Agnieszka Winczo rozegrała swój setny mecz w reprezentacji. To trzecia taka piłkarka w historii. Sto meczów i 37 goli.


Nie jest tak popularna, jak Ewa Pajor, idolka młodych zawodniczek. Jej  klub to niemiecki BV Cloppenburg więc pod względem wizerunkowej rangi nie jest porównywalny do PSG którego zawodniczkami są Katarzyna Kiedrzynek i Paulina Dudek. Nie jest aktywna w mediach społecznościowych jak Ola Sikora z Juventusu i nie jest gwiazdą naszych krajowych boisk jak Ewelina Kamczyk, a wywiady udziela bardzo sporadycznie. To jednak Agnieszka Winczo jest obecnie najbardziej doświadczoną i najbardziej bramkostrzelną piłkarką w seniorskiej reprezentacji Polski ale równocześnie w nawiązaniu do wstępu jest również dla młodszego pokolenia postacią dość anonimową.

Piątkowe spotkanie towarzyskie Polska - Włochy (1:1) rozegrane w Lublinie było setnym meczem Winczo w reprezentacji Polski. Tym samym napastniczka stała się trzecią w historii piłkarką z trzycyfrową liczbą występów w seniorskiej kadrze narodowej naszego kraju. Winczo pracowała na to 15 lat. Wcześniej w stu spotkaniach grały tylko Maria Makowska (111 meczów) i Marta Otrębska (101) ale obie już dawno zakończyły swoje piłkarskiej kariery. Niespełna 35-letnia napastniczka w reprezentacji zadebiutowała w 2004 roku. Od tego czasu strzeliła dla niej 37 goli. W ilości trafień goni ją Ewa Pajor.

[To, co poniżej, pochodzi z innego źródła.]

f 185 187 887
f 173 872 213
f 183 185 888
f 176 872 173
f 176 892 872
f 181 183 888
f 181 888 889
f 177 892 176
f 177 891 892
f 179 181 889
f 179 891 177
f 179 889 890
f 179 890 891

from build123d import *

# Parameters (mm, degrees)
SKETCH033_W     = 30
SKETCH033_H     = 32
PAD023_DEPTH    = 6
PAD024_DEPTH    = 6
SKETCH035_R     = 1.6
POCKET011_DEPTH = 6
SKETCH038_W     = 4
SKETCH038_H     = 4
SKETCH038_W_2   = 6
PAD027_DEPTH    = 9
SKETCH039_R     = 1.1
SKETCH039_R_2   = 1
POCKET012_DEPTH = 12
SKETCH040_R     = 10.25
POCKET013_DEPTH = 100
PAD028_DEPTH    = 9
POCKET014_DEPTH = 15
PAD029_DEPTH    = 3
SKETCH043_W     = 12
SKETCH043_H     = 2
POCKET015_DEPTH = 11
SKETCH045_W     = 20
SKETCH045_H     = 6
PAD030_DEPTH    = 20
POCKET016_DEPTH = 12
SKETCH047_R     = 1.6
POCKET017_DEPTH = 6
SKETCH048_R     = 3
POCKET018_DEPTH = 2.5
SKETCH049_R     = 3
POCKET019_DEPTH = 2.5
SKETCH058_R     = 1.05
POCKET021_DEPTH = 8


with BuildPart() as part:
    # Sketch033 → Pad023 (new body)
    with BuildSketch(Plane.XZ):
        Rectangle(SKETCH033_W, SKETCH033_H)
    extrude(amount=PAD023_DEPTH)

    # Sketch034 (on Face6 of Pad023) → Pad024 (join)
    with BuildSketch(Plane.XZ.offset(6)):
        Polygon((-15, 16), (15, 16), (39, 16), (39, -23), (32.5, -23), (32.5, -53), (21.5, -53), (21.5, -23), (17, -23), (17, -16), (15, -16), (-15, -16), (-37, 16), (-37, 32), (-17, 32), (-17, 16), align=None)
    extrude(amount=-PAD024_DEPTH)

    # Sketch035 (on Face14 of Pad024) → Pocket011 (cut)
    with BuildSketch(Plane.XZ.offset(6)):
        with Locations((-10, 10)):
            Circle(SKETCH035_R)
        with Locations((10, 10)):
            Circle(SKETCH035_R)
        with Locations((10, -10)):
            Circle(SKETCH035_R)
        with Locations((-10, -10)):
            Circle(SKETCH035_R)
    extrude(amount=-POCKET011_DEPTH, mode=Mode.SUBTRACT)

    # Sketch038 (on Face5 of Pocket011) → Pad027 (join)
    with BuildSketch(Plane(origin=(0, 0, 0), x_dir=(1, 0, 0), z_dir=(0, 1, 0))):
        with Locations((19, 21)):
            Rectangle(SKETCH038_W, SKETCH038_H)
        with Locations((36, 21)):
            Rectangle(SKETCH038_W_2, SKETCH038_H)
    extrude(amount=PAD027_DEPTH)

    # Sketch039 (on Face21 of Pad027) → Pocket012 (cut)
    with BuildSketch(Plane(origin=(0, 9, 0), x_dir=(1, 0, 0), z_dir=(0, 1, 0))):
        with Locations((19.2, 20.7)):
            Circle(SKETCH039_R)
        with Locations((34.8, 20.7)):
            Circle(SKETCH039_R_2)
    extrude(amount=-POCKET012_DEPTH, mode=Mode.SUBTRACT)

Agnieszka Winczo jest wychowanką Gola Częstochowa. Grała także w Czarnych Sosnowiec oraz w nieistniejącej już Unii Racibórz. Latem 2011 roku jako królowa strzelczyń Ekstraligi kobiet trafiła do niemieckiego BV Cloppenburg. Jej klub gra w 2.Bundeslidze. Przez jeden sezon grała z nim nawet w pierwszej Bundeslidze. Dwukrotnie była królową strzelczyń w 2.Bundeslidze (2012 i 2017). Jest jedną z najlepszych zawodniczek swojego zespołu. W reprezentacji Polski gra w koszulce z numerem "15". Na boisku podczas meczów reprezentacji nie trudno ją dostrzec. Wyróżnia ją wysoki wzrost co w duecie z szybką Ewą Pajor tworzy skuteczny atak naszej kadry narodowej. W meczu z Włoszkami na boisku przebywała przez całe 90-minut.